Once you reach the line containing "#436=ORIENTED_EDGE('',*,*,#27,.F.);" in the data below, restate each line word for word up to and including the one containing "#472=ADVANCED_BREP_SHAPE_REPRESENTATION('',(#471),#12);".

*** Block opens ***

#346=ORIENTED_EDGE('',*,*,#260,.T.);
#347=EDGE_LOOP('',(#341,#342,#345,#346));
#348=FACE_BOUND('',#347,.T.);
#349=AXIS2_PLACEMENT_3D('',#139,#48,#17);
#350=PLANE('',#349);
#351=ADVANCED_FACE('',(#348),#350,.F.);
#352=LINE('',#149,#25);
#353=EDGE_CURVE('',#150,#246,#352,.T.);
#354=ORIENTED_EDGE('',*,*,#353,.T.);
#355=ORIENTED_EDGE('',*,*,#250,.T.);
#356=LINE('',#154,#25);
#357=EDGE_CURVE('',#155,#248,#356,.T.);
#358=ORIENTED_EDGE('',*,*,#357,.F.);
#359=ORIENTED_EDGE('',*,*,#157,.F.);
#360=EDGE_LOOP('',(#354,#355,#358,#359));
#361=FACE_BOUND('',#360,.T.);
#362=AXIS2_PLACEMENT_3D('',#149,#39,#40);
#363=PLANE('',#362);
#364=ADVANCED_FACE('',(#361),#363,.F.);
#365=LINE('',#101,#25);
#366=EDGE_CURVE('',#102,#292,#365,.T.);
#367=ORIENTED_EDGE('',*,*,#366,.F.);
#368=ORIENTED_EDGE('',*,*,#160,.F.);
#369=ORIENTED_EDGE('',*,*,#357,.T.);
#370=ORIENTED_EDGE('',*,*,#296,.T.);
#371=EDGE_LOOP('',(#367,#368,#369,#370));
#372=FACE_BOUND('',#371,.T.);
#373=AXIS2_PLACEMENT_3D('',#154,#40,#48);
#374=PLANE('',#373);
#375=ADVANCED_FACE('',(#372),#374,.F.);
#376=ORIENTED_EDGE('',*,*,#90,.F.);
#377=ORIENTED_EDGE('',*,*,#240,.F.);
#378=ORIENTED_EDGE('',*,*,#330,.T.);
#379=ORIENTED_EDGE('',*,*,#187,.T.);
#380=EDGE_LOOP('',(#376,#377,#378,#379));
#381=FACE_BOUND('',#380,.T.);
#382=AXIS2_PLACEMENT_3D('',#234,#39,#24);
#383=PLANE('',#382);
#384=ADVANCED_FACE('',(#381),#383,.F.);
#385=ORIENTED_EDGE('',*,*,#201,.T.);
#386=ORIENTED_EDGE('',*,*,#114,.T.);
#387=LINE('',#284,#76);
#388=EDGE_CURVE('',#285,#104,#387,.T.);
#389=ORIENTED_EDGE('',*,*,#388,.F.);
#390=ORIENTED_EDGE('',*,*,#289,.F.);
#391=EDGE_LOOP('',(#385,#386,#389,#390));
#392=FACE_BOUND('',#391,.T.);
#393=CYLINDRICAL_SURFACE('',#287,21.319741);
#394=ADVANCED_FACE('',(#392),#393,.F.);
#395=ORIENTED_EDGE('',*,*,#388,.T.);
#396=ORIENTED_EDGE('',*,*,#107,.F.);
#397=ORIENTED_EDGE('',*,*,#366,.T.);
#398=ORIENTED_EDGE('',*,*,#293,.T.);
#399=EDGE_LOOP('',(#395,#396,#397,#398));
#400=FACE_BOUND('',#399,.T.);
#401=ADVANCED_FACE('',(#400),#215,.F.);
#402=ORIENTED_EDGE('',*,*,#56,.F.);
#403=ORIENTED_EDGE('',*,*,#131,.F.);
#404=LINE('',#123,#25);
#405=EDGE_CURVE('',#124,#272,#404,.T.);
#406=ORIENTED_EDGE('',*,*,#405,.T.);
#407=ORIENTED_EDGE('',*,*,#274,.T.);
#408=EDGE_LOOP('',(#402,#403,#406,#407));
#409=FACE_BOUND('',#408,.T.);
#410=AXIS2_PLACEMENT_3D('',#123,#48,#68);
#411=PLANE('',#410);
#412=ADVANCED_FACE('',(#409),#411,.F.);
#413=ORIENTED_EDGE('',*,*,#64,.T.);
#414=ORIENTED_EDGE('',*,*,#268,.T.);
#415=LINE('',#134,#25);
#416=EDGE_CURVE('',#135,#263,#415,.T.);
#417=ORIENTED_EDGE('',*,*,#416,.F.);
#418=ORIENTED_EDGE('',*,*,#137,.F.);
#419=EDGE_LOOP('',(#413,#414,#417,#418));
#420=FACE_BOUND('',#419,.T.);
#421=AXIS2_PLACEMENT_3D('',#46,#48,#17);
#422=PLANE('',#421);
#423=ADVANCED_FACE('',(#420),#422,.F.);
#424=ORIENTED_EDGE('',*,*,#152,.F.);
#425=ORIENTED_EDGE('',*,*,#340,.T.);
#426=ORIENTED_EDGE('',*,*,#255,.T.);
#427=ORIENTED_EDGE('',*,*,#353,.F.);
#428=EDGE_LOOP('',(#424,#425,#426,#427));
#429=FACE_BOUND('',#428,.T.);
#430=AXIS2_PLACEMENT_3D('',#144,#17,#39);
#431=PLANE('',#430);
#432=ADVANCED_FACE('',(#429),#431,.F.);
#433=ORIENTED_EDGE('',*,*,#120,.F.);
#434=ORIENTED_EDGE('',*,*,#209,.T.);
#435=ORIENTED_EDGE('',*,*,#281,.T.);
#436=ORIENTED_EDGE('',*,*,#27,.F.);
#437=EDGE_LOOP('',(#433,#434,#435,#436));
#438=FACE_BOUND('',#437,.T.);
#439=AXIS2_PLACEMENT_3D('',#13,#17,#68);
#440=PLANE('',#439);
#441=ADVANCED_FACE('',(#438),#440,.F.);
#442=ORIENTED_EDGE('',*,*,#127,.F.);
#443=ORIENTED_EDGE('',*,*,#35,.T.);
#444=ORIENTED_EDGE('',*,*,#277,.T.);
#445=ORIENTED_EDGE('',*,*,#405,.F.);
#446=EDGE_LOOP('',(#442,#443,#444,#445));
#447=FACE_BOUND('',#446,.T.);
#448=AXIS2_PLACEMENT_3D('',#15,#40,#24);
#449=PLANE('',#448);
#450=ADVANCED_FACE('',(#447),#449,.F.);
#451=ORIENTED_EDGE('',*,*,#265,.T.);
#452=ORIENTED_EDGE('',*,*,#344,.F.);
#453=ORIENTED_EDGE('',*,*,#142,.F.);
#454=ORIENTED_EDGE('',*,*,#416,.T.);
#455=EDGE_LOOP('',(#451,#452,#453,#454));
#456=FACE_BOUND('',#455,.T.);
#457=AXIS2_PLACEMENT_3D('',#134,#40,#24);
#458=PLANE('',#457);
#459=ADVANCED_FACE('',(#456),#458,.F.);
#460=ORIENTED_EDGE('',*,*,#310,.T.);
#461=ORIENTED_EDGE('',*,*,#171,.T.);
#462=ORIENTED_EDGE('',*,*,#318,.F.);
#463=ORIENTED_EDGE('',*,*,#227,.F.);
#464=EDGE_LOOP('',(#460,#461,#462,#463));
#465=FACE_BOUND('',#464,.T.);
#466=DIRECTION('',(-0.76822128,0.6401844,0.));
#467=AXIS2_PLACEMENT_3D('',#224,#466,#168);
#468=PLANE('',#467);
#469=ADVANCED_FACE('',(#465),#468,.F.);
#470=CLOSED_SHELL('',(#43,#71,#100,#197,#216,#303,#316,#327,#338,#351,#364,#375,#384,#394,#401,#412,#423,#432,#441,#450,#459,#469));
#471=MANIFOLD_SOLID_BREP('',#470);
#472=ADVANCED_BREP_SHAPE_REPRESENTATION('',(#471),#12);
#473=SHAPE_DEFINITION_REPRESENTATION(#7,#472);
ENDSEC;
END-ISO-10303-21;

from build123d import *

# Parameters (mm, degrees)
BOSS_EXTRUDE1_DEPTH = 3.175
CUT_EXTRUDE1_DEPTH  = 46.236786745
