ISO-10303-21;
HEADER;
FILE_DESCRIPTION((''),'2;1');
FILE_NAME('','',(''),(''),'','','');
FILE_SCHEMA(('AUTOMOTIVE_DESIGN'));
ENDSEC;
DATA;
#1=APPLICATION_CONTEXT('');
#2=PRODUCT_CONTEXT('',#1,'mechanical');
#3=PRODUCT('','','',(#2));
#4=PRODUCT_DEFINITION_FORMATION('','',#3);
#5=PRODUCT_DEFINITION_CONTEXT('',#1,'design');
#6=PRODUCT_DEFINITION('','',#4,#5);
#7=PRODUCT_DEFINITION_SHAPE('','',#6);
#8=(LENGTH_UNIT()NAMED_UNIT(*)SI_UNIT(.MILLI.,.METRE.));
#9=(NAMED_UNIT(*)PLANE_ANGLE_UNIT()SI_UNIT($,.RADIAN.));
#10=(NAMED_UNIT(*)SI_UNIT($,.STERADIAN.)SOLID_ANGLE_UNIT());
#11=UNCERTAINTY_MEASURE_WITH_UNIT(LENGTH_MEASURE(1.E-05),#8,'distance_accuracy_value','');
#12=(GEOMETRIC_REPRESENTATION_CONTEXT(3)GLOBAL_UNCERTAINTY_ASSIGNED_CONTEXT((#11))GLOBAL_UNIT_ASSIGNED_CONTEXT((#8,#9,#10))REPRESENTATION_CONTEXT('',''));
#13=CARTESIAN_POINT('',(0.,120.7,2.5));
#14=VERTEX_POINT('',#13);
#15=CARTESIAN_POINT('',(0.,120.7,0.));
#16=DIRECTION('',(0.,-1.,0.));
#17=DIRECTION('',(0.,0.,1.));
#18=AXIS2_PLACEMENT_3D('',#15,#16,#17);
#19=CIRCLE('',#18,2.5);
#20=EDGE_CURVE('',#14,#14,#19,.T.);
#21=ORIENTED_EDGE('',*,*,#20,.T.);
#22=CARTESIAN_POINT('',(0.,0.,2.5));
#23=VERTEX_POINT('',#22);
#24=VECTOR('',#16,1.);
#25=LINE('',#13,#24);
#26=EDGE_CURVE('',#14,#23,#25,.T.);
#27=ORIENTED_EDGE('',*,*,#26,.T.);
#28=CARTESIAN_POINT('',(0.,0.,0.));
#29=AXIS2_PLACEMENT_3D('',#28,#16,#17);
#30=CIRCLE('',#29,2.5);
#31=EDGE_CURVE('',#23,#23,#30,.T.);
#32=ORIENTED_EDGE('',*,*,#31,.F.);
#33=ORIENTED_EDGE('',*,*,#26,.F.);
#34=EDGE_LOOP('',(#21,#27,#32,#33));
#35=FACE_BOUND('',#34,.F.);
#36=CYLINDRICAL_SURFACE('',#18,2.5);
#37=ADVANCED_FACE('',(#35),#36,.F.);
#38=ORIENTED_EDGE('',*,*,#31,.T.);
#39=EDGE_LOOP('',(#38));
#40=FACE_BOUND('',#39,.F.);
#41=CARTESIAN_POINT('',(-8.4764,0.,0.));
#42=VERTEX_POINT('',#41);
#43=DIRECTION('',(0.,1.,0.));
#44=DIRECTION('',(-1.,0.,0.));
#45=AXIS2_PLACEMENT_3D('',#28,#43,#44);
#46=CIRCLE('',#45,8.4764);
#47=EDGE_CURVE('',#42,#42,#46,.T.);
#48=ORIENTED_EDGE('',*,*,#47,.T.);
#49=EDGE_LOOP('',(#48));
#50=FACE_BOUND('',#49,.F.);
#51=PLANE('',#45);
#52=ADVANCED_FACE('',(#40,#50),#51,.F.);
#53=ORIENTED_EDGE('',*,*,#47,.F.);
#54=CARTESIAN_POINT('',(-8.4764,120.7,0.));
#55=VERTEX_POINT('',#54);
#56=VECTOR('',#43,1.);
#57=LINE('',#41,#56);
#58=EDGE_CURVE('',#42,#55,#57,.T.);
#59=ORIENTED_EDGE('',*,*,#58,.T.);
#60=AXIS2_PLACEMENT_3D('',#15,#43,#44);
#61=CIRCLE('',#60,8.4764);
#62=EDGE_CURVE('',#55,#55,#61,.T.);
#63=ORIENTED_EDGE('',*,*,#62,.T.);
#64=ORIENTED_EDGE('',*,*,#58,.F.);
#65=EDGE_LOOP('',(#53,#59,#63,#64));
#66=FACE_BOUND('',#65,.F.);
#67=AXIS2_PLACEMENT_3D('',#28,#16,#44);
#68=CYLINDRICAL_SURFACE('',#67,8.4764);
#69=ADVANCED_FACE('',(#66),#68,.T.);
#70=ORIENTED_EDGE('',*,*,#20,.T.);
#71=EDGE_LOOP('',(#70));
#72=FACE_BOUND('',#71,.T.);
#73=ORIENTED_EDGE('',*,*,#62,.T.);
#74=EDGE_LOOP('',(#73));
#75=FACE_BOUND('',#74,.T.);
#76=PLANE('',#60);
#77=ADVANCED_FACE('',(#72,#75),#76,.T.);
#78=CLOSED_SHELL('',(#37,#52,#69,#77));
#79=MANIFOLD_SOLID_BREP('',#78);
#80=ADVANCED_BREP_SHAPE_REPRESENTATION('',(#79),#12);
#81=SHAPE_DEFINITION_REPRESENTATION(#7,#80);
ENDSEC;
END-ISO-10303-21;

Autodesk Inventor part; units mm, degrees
ref_plane "YZ Plane" through (0, 0, 0) normal (1, 0, 0) x (0, 1, 0)
ref_plane "XZ Plane" through (0, 0, 0) normal (0, 1, 0) x (-1, 0, 0)
ref_plane "XY Plane" through (0, 0, 0) normal (0, 0, 1) x (1, 0, 0)
sketch "Boceto1" plane through (0, 0, 0) normal (0, 1, 0) x (-1, 0, 0)
  circle A0 centre (0, 0) radius 8.4764
extrude "Extrusión1" add sketch "Boceto1" along normal blind 120.7
sketch "Boceto2" plane through (0, 120.7, 0) normal (0, 1, 0) x (1, 0, 0)
  point P0 (0, 0)
hole "Agujero1" at (0, 120.7, 0) direction (0, -1, 0) diameter 5 end through all
properties part number "soporte lente de arriba horizontal MOT"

*** Block closes ***

Written answer -
#436=ORIENTED_EDGE('',*,*,#27,.F.);
#437=EDGE_LOOP('',(#433,#434,#435,#436));
#438=FACE_BOUND('',#437,.T.);
#439=AXIS2_PLACEMENT_3D('',#13,#17,#68);
#440=PLANE('',#439);
#441=ADVANCED_FACE('',(#438),#440,.F.);
#442=ORIENTED_EDGE('',*,*,#127,.F.);
#443=ORIENTED_EDGE('',*,*,#35,.T.);
#444=ORIENTED_EDGE('',*,*,#277,.T.);
#445=ORIENTED_EDGE('',*,*,#405,.F.);
#446=EDGE_LOOP('',(#442,#443,#444,#445));
#447=FACE_BOUND('',#446,.T.);
#448=AXIS2_PLACEMENT_3D('',#15,#40,#24);
#449=PLANE('',#448);
#450=ADVANCED_FACE('',(#447),#449,.F.);
#451=ORIENTED_EDGE('',*,*,#265,.T.);
#452=ORIENTED_EDGE('',*,*,#344,.F.);
#453=ORIENTED_EDGE('',*,*,#142,.F.);
#454=ORIENTED_EDGE('',*,*,#416,.T.);
#455=EDGE_LOOP('',(#451,#452,#453,#454));
#456=FACE_BOUND('',#455,.T.);
#457=AXIS2_PLACEMENT_3D('',#134,#40,#24);
#458=PLANE('',#457);
#459=ADVANCED_FACE('',(#456),#458,.F.);
#460=ORIENTED_EDGE('',*,*,#310,.T.);
#461=ORIENTED_EDGE('',*,*,#171,.T.);
#462=ORIENTED_EDGE('',*,*,#318,.F.);
#463=ORIENTED_EDGE('',*,*,#227,.F.);
#464=EDGE_LOOP('',(#460,#461,#462,#463));
#465=FACE_BOUND('',#464,.T.);
#466=DIRECTION('',(-0.76822128,0.6401844,0.));
#467=AXIS2_PLACEMENT_3D('',#224,#466,#168);
#468=PLANE('',#467);
#469=ADVANCED_FACE('',(#465),#468,.F.);
#470=CLOSED_SHELL('',(#43,#71,#100,#197,#216,#303,#316,#327,#338,#351,#364,#375,#384,#394,#401,#412,#423,#432,#441,#450,#459,#469));
#471=MANIFOLD_SOLID_BREP('',#470);
#472=ADVANCED_BREP_SHAPE_REPRESENTATION('',(#471),#12);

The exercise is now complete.